***** INPUT FOR THIS TASK

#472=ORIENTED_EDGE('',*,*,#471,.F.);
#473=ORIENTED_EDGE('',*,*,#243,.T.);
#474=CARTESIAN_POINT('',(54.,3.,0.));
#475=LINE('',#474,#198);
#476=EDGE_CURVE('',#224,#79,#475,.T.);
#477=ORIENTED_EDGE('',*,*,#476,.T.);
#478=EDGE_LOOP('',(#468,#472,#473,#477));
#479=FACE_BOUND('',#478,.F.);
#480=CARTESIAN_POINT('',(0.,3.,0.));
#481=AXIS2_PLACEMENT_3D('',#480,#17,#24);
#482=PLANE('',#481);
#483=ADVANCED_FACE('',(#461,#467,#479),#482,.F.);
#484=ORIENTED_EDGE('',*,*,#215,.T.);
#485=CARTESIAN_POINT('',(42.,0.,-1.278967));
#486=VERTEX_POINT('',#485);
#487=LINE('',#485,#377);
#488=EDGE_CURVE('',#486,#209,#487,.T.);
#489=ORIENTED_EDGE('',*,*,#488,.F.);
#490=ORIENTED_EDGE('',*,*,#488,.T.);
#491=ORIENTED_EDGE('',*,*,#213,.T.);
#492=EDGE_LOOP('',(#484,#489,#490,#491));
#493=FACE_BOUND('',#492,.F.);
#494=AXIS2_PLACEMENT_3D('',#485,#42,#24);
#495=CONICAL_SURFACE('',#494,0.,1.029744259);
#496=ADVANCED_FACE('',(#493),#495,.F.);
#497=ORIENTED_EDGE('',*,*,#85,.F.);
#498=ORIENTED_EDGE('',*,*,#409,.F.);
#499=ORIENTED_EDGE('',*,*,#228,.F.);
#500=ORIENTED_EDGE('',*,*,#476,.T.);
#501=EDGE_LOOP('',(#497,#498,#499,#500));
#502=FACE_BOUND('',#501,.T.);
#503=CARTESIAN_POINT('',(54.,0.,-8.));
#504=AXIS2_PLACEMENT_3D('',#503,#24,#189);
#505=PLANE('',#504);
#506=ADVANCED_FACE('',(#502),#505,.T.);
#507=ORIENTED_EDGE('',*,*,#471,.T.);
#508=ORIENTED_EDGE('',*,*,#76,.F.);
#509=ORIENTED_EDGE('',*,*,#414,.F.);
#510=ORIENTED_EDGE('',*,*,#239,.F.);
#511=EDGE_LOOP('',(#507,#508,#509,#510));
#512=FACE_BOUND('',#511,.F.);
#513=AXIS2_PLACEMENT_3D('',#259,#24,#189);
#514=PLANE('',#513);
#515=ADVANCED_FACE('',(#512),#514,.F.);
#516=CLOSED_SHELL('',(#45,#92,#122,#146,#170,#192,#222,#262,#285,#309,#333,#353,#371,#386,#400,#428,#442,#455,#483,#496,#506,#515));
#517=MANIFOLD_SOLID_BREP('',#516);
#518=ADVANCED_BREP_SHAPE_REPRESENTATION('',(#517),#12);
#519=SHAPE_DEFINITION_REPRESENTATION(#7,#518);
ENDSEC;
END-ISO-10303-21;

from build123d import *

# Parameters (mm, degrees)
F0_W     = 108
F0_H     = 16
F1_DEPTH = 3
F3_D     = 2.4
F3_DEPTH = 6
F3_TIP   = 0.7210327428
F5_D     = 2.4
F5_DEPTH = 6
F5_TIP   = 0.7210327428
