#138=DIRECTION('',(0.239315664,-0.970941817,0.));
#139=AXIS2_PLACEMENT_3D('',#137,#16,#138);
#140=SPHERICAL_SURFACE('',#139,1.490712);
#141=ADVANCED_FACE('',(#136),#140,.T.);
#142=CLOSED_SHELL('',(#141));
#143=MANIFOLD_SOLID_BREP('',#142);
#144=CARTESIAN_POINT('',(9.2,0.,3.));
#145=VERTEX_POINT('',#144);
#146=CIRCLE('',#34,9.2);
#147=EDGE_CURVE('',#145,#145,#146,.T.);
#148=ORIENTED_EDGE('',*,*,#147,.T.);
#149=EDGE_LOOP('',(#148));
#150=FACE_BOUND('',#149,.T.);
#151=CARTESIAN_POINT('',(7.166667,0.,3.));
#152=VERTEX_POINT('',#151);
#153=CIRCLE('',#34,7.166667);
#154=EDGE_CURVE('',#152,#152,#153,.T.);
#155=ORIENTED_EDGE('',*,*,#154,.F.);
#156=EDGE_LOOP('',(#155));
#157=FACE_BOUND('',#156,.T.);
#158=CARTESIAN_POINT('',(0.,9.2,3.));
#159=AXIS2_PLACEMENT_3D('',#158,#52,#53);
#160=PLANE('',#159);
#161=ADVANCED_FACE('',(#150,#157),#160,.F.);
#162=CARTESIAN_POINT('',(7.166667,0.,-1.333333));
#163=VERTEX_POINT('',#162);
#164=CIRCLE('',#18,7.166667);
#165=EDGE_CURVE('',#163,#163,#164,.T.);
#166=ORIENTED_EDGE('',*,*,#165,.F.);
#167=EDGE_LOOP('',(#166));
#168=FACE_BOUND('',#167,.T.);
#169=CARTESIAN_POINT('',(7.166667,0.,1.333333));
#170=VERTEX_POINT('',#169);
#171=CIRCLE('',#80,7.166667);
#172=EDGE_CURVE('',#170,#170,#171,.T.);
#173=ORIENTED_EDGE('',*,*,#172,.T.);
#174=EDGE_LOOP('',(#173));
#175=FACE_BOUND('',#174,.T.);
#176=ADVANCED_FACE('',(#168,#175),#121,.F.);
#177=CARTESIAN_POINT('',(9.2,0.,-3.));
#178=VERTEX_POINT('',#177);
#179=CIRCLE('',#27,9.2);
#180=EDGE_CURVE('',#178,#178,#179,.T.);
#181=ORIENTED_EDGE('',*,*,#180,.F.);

**********

▶ TASK BRIEF
Reproduce all the data precisely, word for word.

▶ TASK SOLUTION
#472=ORIENTED_EDGE('',*,*,#471,.F.);
#473=ORIENTED_EDGE('',*,*,#243,.T.);
#474=CARTESIAN_POINT('',(54.,3.,0.));
#475=LINE('',#474,#198);
#476=EDGE_CURVE('',#224,#79,#475,.T.);
#477=ORIENTED_EDGE('',*,*,#476,.T.);
#478=EDGE_LOOP('',(#468,#472,#473,#477));
#479=FACE_BOUND('',#478,.F.);
#480=CARTESIAN_POINT('',(0.,3.,0.));
#481=AXIS2_PLACEMENT_3D('',#480,#17,#24);
#482=PLANE('',#481);
#483=ADVANCED_FACE('',(#461,#467,#479),#482,.F.);
#484=ORIENTED_EDGE('',*,*,#215,.T.);
#485=CARTESIAN_POINT('',(42.,0.,-1.278967));
#486=VERTEX_POINT('',#485);
#487=LINE('',#485,#377);
#488=EDGE_CURVE('',#486,#209,#487,.T.);
#489=ORIENTED_EDGE('',*,*,#488,.F.);
#490=ORIENTED_EDGE('',*,*,#488,.T.);
#491=ORIENTED_EDGE('',*,*,#213,.T.);
#492=EDGE_LOOP('',(#484,#489,#490,#491));
#493=FACE_BOUND('',#492,.F.);
#494=AXIS2_PLACEMENT_3D('',#485,#42,#24);
#495=CONICAL_SURFACE('',#494,0.,1.029744259);
#496=ADVANCED_FACE('',(#493),#495,.F.);
#497=ORIENTED_EDGE('',*,*,#85,.F.);
#498=ORIENTED_EDGE('',*,*,#409,.F.);
#499=ORIENTED_EDGE('',*,*,#228,.F.);
#500=ORIENTED_EDGE('',*,*,#476,.T.);
#501=EDGE_LOOP('',(#497,#498,#499,#500));
#502=FACE_BOUND('',#501,.T.);
#503=CARTESIAN_POINT('',(54.,0.,-8.));
#504=AXIS2_PLACEMENT_3D('',#503,#24,#189);
#505=PLANE('',#504);
#506=ADVANCED_FACE('',(#502),#505,.T.);
#507=ORIENTED_EDGE('',*,*,#471,.T.);
#508=ORIENTED_EDGE('',*,*,#76,.F.);
#509=ORIENTED_EDGE('',*,*,#414,.F.);
#510=ORIENTED_EDGE('',*,*,#239,.F.);
#511=EDGE_LOOP('',(#507,#508,#509,#510));
#512=FACE_BOUND('',#511,.F.);
#513=AXIS2_PLACEMENT_3D('',#259,#24,#189);
#514=PLANE('',#513);
#515=ADVANCED_FACE('',(#512),#514,.F.);
#516=CLOSED_SHELL('',(#45,#92,#122,#146,#170,#192,#222,#262,#285,#309,#333,#353,#371,#386,#400,#428,#442,#455,#483,#496,#506,#515));
#517=MANIFOLD_SOLID_BREP('',#516);
#518=ADVANCED_BREP_SHAPE_REPRESENTATION('',(#517),#12);
#519=SHAPE_DEFINITION_REPRESENTATION(#7,#518);
ENDSEC;
END-ISO-10303-21;

from build123d import *

# Parameters (mm, degrees)
F0_W     = 108
F0_H     = 16
F1_DEPTH = 3
F3_D     = 2.4
F3_DEPTH = 6
F3_TIP   = 0.7210327428
F5_D     = 2.4
F5_DEPTH = 6
F5_TIP   = 0.7210327428
#138=DIRECTION('',(0.239315664,-0.970941817,0.));
#139=AXIS2_PLACEMENT_3D('',#137,#16,#138);
#140=SPHERICAL_SURFACE('',#139,1.490712);
#141=ADVANCED_FACE('',(#136),#140,.T.);
#142=CLOSED_SHELL('',(#141));
#143=MANIFOLD_SOLID_BREP('',#142);
#144=CARTESIAN_POINT('',(9.2,0.,3.));
#145=VERTEX_POINT('',#144);
#146=CIRCLE('',#34,9.2);
#147=EDGE_CURVE('',#145,#145,#146,.T.);
#148=ORIENTED_EDGE('',*,*,#147,.T.);
#149=EDGE_LOOP('',(#148));
#150=FACE_BOUND('',#149,.T.);
#151=CARTESIAN_POINT('',(7.166667,0.,3.));
#152=VERTEX_POINT('',#151);
#153=CIRCLE('',#34,7.166667);
#154=EDGE_CURVE('',#152,#152,#153,.T.);
#155=ORIENTED_EDGE('',*,*,#154,.F.);
#156=EDGE_LOOP('',(#155));
#157=FACE_BOUND('',#156,.T.);
#158=CARTESIAN_POINT('',(0.,9.2,3.));
#159=AXIS2_PLACEMENT_3D('',#158,#52,#53);
#160=PLANE('',#159);
#161=ADVANCED_FACE('',(#150,#157),#160,.F.);
#162=CARTESIAN_POINT('',(7.166667,0.,-1.333333));
#163=VERTEX_POINT('',#162);
#164=CIRCLE('',#18,7.166667);
#165=EDGE_CURVE('',#163,#163,#164,.T.);
#166=ORIENTED_EDGE('',*,*,#165,.F.);
#167=EDGE_LOOP('',(#166));
#168=FACE_BOUND('',#167,.T.);
#169=CARTESIAN_POINT('',(7.166667,0.,1.333333));
#170=VERTEX_POINT('',#169);
#171=CIRCLE('',#80,7.166667);
#172=EDGE_CURVE('',#170,#170,#171,.T.);
#173=ORIENTED_EDGE('',*,*,#172,.T.);
#174=EDGE_LOOP('',(#173));
#175=FACE_BOUND('',#174,.T.);
#176=ADVANCED_FACE('',(#168,#175),#121,.F.);
#177=CARTESIAN_POINT('',(9.2,0.,-3.));
#178=VERTEX_POINT('',#177);
#179=CIRCLE('',#27,9.2);
#180=EDGE_CURVE('',#178,#178,#179,.T.);
#181=ORIENTED_EDGE('',*,*,#180,.F.);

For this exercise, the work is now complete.